# how to 'uninstall' games?



## Barose (Mar 12, 2006)

Hallo. PCs always present a nice 'uninstall' command when it comes to removing software, but Mac usually doesn't. So my question is: how do i completely remove a game from my computer? It seems that throwing the game folder away isn't enough, some stuff still remains. Well?


----------



## fryke (Mar 12, 2006)

Depends on the game. Most really just take putting it in the bin and emptying that. Preferences might still be in "~/Library/Preferences" and some games might install stuff in "~/Library/Application Support" or "/Library/Application Support", but other than that... No uninstaller needed.


----------



## nixgeek (Mar 12, 2006)

Usually all you need to do is drag the app to the trash and empty it, especially if the application was just installed by copying the app into the Applications folder.  If the app did use an installer, they'll either include an uninstaller or you can just delete the app as I mentioned earlier.  Sometimes, the installer itself has the option to uninstall so you might want to run that before you go and drag it to the trash.

Hope this helped.


----------



## edddeduck (Mar 17, 2006)

If the game is a Feral title you only need to delete two things.

1.) The game folder
2.) Your preferences

Full instructions on where the preferences are stored is included in the Read Me with the games.
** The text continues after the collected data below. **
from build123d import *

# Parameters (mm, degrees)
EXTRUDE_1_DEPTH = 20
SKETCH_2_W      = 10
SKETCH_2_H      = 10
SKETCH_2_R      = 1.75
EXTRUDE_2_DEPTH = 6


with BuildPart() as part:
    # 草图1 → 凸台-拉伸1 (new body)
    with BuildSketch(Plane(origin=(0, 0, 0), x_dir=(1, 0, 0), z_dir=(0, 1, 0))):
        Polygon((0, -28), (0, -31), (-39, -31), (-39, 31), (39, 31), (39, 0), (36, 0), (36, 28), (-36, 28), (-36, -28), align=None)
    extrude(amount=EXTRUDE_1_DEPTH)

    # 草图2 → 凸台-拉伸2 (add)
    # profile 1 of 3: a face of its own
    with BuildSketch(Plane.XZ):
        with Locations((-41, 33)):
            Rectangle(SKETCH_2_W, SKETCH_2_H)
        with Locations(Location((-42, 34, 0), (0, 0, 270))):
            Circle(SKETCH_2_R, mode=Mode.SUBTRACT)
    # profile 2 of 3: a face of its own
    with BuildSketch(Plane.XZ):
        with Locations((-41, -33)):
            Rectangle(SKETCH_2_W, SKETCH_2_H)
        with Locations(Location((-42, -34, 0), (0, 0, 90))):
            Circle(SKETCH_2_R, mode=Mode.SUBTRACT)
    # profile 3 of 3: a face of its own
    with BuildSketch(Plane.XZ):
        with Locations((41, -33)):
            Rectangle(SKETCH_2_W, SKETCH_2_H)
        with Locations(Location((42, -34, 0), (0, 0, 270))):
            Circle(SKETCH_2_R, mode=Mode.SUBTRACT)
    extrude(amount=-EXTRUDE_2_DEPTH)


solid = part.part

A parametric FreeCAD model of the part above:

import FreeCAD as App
import Part
import Sketcher

V = App.Vector


def add_polygon(sketch, points):
    """Adds a closed chain of lines whose ends are joined by coincident constraints."""
    first, n = sketch.GeometryCount, len(points)
    for a, b in zip(points, points[1:] + points[:1]):
        sketch.addGeometry(Part.LineSegment(App.Vector(*a, 0), App.Vector(*b, 0)), False)
    for i in range(n):
        sketch.addConstraint(Sketcher.Constraint("Coincident", first + i, 2, first + (i + 1) % n, 1))

doc = App.newDocument("Part")
body = doc.addObject("PartDesign::Body", "Body")

sketch1 = body.newObject("Sketcher::SketchObject", "Sketch")
sketch1.AttachmentSupport = (doc.getObject("XZ_Plane"), [""])
sketch1.MapMode = "FlatFace"
add_polygon(sketch1, [(0, 31), (0, 28), (-36, 28), (-36, -28), (36, -28), (36, 0), (39, 0), (39, -31), (-39, -31), (-39, 31)])
sketch1.addConstraint(Sketcher.Constraint("Vertical", 0))
sketch1.addConstraint(Sketcher.Constraint("Horizontal", 1))
sketch1.addConstraint(Sketcher.Constraint("Vertical", 2))
sketch1.addConstraint(Sketcher.Constraint("Horizontal", 3))
sketch1.addConstraint(Sketcher.Constraint("Vertical", 4))
sketch1.addConstraint(Sketcher.Constraint("Horizontal", 5))
sketch1.addConstraint(Sketcher.Constraint("Vertical", 6))
sketch1.addConstraint(Sketcher.Constraint("Horizontal", 7))
sketch1.addConstraint(Sketcher.Constraint("Vertical", 8))
sketch1.addConstraint(Sketcher.Constraint("Horizontal", 9))
sketch1.addConstraint(Sketcher.Constraint("Symmetric", 1, 2, 3, 2, -1, 1))
sketch1.addConstraint(Sketcher.Constraint("Symmetric", 6, 2, 8, 2, -1, 1))
sketch1.addConstraint(Sketcher.Constraint("PointOnObject", 0, 2, -2))
sketch1.addConstraint(Sketcher.Constraint("PointOnObject", 4, 2, -1))
sketch1.addConstraint(Sketcher.Constraint("Equal", 5, 0))
sketch1.addConstraint(Sketcher.Constraint("DistanceX", 1, 2, 1, 1, 36.0))
sketch1.addConstraint(Sketcher.Constraint("DistanceX", 5, 1, 5, 2, 3.0))
sketch1.addConstraint(Sketcher.Constraint("DistanceY", 2, 2, 2, 1, 56.0))
pad1 = body.newObject("PartDesign::Pad", "Pad")
pad1.Profile = sketch1
pad1.Length = 20
pad1.Reversed = True

sketch2 = body.newObject("Sketcher::SketchObject", "Sketch001")
sketch2.AttachmentSupport = (doc.getObject("XZ_Plane"), [""])
sketch2.MapMode = "FlatFace"
add_polygon(sketch2, [(-46, 38), (-46, 28), (-36, 28), (-36, 38)])
sketch2.addGeometry(Part.Circle(V(-42, 34, 0), V(0, 0, 1), 1.8), False)
add_polygon(sketch2, [(-46, -28), (-46, -38), (-36, -38), (-36, -28)])
sketch2.addGeometry(Part.Circle(V(-42, -34, 0), V(0, 0, 1), 1.8), False)
add_polygon(sketch2, [(36, -28), (36, -38), (46, -38), (46, -28)])
sketch2.addGeometry(Part.Circle(V(42, -34, 0), V(0, 0, 1), 1.8), False)
sketch2.addConstraint(Sketcher.Constraint("Vertical", 0))
sketch2.addConstraint(Sketcher.Constraint("Horizontal", 1))
sketch2.addConstraint(Sketcher.Constraint("Vertical", 2))
sketch2.addConstraint(Sketcher.Constraint("Horizontal", 3))
sketch2.addConstraint(Sketcher.Constraint("Vertical", 5))
sketch2.addConstraint(Sketcher.Constraint("Horizontal", 6))
sketch2.addConstraint(Sketcher.Constraint("Vertical", 7))
sketch2.addConstraint(Sketcher.Constraint("Horizontal", 8))
sketch2.addConstraint(Sketcher.Constraint("Vertical", 10))
sketch2.addConstraint(Sketcher.Constraint("Horizontal", 11))
sketch2.addConstraint(Sketcher.Constraint("Vertical", 12))
sketch2.addConstraint(Sketcher.Constraint("Horizontal", 13))
sketch2.addConstraint(Sketcher.Constraint("Equal", 4, 9))
sketch2.addConstraint(Sketcher.Constraint("Equal", 9, 14))
sketch2.addConstraint(Sketcher.Constraint("Symmetric", 4, 3, 14, 3, -1, 1))
sketch2.addConstraint(Sketcher.Constraint("Symmetric", 2, 2, 10, 2, -1, 1))
sketch2.addConstraint(Sketcher.Constraint("Symmetric", 0, 2, 12, 2, -1, 1))
sketch2.addConstraint(Sketcher.Constraint("Symmetric", 9, 3, 14, 3, -2))
sketch2.addConstraint(Sketcher.Constraint("Symmetric", 6, 2, 10, 2, -2))
sketch2.addConstraint(Sketcher.Constraint("Symmetric", 8, 2, 12, 2, -2))
sketch2.addConstraint(Sketcher.Constraint("Equal", 13, 0))
sketch2.addConstraint(Sketcher.Constraint("Diameter", 4, 3.5))
sketch2.addConstraint(Sketcher.Constraint("DistanceX", 1, 1, 1, 2, 10.0))
sketch2.addConstraint(Sketcher.Constraint("DistanceX", 4, 3, -1, 1, 42.0))
sketch2.addConstraint(Sketcher.Constraint("DistanceY", -1, 1, 4, 3, 34.0))
sketch2.addConstraint(Sketcher.Constraint("DistanceX", 0, 2, -1, 1, 46.0))
sketch2.addConstraint(Sketcher.Constraint("DistanceY", -1, 1, 0, 2, 28.0))
pad2 = body.newObject("PartDesign::Pad", "Pad001")
pad2.Profile = sketch2
pad2.Length = 6
pad2.Reversed = True

doc.recompute()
Basically all preferences are stored in the following format :-

~/Library/Preferences/original_developer/game_name/

for example Black and White is 

 ~/Library/Preferences/Lionhead/Black & White/

Most games on the Mac have a similar scheme although some dump save games in different places like application support or your documents folder.


Cheers,

Edwin


----------



## eric2006 (Mar 18, 2006)

I use Spotlight to find all the folders I needed to uninstall. There was this one game that I had that had files in weird places, but spotlight found everything.


----------



## Lt Major Burns (Mar 19, 2006)

Also, in a vain attempt to get a point across without starting a flame thread, windows does not have a nice uninstaller.. it has a shoddy one that leaves files everywhere, and leave the registry in a state.  it was one of my reasons for switching.


----------



## nixgeek (Mar 19, 2006)

Lt Major Burns said:
			
		

> Also, in a vain attempt to get a point across without starting a flame thread, windows does not have a nice uninstaller.. it has a shoddy one that leaves files everywhere, and leave the registry in a state.  it was one of my reasons for switching.
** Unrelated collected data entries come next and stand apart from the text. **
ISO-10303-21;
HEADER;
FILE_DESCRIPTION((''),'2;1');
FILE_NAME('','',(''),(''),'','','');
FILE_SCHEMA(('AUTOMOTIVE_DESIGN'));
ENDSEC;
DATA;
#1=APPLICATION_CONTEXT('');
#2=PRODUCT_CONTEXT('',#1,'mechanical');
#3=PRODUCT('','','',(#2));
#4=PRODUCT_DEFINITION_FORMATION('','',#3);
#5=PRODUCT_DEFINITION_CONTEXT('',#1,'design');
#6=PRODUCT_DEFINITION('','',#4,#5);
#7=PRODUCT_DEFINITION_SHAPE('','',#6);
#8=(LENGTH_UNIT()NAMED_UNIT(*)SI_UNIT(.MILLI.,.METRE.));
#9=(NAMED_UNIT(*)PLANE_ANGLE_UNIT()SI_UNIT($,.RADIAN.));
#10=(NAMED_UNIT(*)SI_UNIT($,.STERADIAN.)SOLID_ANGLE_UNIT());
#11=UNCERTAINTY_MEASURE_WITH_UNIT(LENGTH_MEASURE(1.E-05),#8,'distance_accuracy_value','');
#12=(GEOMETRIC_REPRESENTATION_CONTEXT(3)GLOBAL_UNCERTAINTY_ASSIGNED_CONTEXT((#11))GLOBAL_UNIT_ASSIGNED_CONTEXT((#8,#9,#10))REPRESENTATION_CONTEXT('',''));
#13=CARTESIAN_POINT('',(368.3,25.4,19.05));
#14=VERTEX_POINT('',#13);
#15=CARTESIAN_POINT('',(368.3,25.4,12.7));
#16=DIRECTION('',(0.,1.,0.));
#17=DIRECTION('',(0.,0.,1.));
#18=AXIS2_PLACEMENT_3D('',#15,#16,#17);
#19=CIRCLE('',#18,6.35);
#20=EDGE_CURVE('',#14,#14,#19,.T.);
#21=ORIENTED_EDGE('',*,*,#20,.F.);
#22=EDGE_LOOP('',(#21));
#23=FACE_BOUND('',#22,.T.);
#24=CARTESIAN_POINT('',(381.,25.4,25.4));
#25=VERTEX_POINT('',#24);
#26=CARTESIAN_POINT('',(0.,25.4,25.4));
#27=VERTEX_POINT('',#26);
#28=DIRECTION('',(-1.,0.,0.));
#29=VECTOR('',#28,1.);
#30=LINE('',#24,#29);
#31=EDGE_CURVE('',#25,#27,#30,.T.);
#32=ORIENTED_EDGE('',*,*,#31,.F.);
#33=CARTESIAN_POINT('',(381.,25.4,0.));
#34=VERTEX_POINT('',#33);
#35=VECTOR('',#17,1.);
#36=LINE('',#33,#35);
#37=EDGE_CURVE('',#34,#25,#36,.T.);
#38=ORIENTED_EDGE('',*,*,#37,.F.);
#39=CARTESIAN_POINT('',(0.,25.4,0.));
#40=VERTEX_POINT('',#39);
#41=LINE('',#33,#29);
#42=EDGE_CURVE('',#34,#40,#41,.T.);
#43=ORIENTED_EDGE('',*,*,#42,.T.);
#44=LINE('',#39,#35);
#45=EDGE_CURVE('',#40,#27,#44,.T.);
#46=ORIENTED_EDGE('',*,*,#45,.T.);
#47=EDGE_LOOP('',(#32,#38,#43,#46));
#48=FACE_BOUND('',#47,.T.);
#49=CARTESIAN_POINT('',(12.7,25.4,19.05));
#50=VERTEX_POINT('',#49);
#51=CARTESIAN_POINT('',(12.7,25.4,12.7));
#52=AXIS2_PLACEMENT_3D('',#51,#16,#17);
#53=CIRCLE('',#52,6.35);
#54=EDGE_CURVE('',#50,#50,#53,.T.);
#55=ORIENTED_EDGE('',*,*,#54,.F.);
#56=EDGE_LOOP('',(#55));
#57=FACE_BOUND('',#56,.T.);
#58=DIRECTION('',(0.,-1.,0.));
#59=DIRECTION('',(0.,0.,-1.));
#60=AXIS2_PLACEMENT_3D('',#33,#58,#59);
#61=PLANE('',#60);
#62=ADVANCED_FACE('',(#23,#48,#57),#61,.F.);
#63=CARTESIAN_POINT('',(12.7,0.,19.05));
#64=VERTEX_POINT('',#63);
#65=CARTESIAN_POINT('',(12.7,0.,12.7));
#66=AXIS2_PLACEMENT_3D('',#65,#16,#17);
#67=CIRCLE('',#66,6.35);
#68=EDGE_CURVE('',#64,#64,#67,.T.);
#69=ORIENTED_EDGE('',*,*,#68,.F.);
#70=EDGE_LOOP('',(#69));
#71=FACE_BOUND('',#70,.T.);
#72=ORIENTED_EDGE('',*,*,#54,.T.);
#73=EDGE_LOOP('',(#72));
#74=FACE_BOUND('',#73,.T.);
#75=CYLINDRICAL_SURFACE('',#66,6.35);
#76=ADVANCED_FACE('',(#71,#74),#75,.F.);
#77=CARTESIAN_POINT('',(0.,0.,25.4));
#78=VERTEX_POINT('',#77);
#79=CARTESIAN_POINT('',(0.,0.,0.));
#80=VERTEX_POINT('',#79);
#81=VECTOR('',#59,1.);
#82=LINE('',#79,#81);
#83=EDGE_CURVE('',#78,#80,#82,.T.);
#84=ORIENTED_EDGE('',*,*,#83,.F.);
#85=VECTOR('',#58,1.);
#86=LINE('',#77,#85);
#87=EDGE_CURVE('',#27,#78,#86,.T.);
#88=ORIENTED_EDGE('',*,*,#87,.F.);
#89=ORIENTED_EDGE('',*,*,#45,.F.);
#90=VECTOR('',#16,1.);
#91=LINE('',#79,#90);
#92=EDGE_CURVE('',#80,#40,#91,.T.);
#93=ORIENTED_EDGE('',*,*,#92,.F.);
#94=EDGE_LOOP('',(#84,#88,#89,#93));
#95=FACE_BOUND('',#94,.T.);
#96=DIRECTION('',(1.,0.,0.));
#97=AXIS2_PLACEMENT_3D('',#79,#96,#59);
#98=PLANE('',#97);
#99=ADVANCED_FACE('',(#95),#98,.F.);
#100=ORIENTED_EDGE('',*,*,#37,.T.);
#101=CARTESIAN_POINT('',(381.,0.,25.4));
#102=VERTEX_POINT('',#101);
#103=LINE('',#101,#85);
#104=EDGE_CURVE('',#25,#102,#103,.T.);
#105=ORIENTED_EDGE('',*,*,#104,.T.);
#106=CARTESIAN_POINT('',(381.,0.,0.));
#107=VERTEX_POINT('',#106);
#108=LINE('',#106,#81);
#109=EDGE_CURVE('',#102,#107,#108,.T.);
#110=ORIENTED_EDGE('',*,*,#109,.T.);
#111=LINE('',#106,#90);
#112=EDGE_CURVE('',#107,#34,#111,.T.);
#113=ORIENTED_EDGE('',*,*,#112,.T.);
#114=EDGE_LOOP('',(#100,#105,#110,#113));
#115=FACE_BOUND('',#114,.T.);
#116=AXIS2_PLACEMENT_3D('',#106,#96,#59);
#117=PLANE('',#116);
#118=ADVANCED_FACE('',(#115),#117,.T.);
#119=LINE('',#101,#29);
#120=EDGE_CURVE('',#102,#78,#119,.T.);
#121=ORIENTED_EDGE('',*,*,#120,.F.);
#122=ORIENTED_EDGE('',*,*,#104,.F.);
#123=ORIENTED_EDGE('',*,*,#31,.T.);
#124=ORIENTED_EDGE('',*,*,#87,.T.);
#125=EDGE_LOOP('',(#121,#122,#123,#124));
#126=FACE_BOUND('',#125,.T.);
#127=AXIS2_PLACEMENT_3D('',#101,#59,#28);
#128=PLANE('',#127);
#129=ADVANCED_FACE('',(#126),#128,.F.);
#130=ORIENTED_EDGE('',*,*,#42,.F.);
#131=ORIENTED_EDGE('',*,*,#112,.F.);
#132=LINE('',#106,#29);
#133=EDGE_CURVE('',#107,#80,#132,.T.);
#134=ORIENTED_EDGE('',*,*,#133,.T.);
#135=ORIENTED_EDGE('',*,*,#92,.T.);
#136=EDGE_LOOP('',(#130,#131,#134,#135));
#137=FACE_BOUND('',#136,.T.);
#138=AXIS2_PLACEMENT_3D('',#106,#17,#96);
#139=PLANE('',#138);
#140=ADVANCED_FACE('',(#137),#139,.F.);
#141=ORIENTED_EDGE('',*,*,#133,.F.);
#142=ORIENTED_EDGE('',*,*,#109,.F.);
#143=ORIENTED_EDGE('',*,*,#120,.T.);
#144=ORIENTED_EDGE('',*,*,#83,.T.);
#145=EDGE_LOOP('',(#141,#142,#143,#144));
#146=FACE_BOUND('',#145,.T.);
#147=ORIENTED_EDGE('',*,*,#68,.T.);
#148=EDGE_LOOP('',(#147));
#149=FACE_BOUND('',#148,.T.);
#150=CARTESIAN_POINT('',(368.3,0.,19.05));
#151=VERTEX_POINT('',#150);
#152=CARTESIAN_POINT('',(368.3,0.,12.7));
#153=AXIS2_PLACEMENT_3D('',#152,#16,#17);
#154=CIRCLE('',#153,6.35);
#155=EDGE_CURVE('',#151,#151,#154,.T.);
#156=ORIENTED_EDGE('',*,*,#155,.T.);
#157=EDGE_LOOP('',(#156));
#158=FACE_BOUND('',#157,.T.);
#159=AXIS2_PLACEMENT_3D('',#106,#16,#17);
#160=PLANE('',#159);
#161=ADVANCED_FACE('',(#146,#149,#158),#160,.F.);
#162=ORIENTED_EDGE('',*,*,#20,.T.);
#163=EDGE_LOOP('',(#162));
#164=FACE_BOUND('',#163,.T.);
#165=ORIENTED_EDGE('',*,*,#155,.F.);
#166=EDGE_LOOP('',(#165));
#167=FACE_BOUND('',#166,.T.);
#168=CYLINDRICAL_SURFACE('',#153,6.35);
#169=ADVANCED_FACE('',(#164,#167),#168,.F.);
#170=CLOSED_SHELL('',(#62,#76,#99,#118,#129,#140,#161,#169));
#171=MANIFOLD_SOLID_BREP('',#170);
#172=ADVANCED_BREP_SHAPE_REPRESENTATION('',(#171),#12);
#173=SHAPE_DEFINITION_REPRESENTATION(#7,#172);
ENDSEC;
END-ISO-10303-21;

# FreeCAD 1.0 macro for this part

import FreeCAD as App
import Part
import Sketcher

V = App.Vector
Q = App.Units.Quantity

doc = App.newDocument("Part")
body = doc.addObject("PartDesign::Body", "Body")

# Sketch on YZ plane
sketch1 = doc.addObject("Sketcher::SketchObject", "Sketch")
body.addObject(sketch1)
sketch1.AttachmentSupport = (doc.YZ_Plane, [""])
sketch1.MapMode = "FlatFace"
sketch1.addGeometry(Part.LineSegment(V(25, 25, 0), V(0, 25, 0)), False)
sketch1.addGeometry(Part.LineSegment(V(0, 25, 0), V(0, 0, 0)), False)
sketch1.addGeometry(Part.LineSegment(V(0, 0, 0), V(25, 0, 0)), False)
sketch1.addGeometry(Part.LineSegment(V(25, 0, 0), V(25, 25, 0)), False)
sketch1.addConstraint(Sketcher.Constraint("Coincident", 0, 2, 1, 1))
sketch1.addConstraint(Sketcher.Constraint("Coincident", 1, 2, 2, 1))
sketch1.addConstraint(Sketcher.Constraint("Coincident", 2, 2, 3, 1))
sketch1.addConstraint(Sketcher.Constraint("Coincident", 3, 2, 0, 1))
sketch1.addConstraint(Sketcher.Constraint("Horizontal", 0))
sketch1.addConstraint(Sketcher.Constraint("Vertical", 1))
sketch1.addConstraint(Sketcher.Constraint("Horizontal", 2))
sketch1.addConstraint(Sketcher.Constraint("Vertical", 3))
sketch1.addConstraint(Sketcher.Constraint("Coincident", 1, 2, -1, 1))
sketch1.addConstraint(Sketcher.Constraint("Equal", 2, 1))
sketch1.addConstraint(Sketcher.Constraint("DistanceX", 0, 2, 0, 1, Q("1 in")))
pad1 = doc.addObject("PartDesign::Pad", "Pad")
body.addObject(pad1)
pad1.Profile = sketch1
pad1.Length = Q("15 in")

# Sketch on XZ plane
sketch2 = doc.addObject("Sketcher::SketchObject", "Sketch001")
body.addObject(sketch2)
sketch2.AttachmentSupport = (doc.XZ_Plane, [""])
sketch2.MapMode = "FlatFace"
sketch2.AttachmentOffset = App.Placement(V(0, 0, -1 * 25.4), App.Rotation())
sketch2.addGeometry(Part.Circle(V(368, 13, 0), V(0, 0, 1), 6), False)
sketch2.addGeometry(Part.Circle(V(13, 13, 0), V(0, 0, 1), 6), False)
sketch2.addConstraint(Sketcher.Constraint("Equal", 0, 1))
sketch2.addConstraint(Sketcher.Constraint("Horizontal", 0, 3, 1, 3))
sketch2.addConstraint(Sketcher.Constraint("Diameter", 0, Q("0.5 in")))
sketch2.addConstraint(Sketcher.Constraint("DistanceX", 1, 3, 0, 3, Q("14 in")))
sketch2.addConstraint(Sketcher.Constraint("DistanceX", -1, 1, 0, 3, Q("14.5 in")))
sketch2.addConstraint(Sketcher.Constraint("DistanceY", -1, 1, 0, 3, Q("0.5 in")))
pocket1 = doc.addObject("PartDesign::Pocket", "Pocket")
body.addObject(pocket1)
pocket1.Profile = sketch2
pocket1.Type = "ThroughAll"
pocket1.Reversed = True

doc.recompute()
I do have to agree with this comment.  It's few and far between that I've seen uninstallers for Windows actually remove everything from a Windows computer.  At least when something remains in OS X, it's always in the Preferences folder.


----------



## deliciousMammal (Mar 19, 2006)

On one application that I used I installed it from a CD and didn't actually put the installer file on my HD, but when I put the CD back in and ran the installer when I was reinstalling the software I noticed that there was a list menu, one option of which was 'uninstall'.

So if you installed it from a CD, and there is no installer file that you can find try looking on the CD.


----------



## Mobius Rex (Mar 19, 2006)

In my experience, the "uninstall" function that sometimes is included with software downloads often still leaves some files scattered about one's hard disk, and OS X's finder frequently just won't find all the files one is looking for.
I discovered this handy little app that actually finds ALL files;it's called Easy Find: http://macupdate.com/info.php/id/11076.
It's really quite good, and it's free.


----------



## edshin95 (Apr 2, 2006)

google Appzapper


----------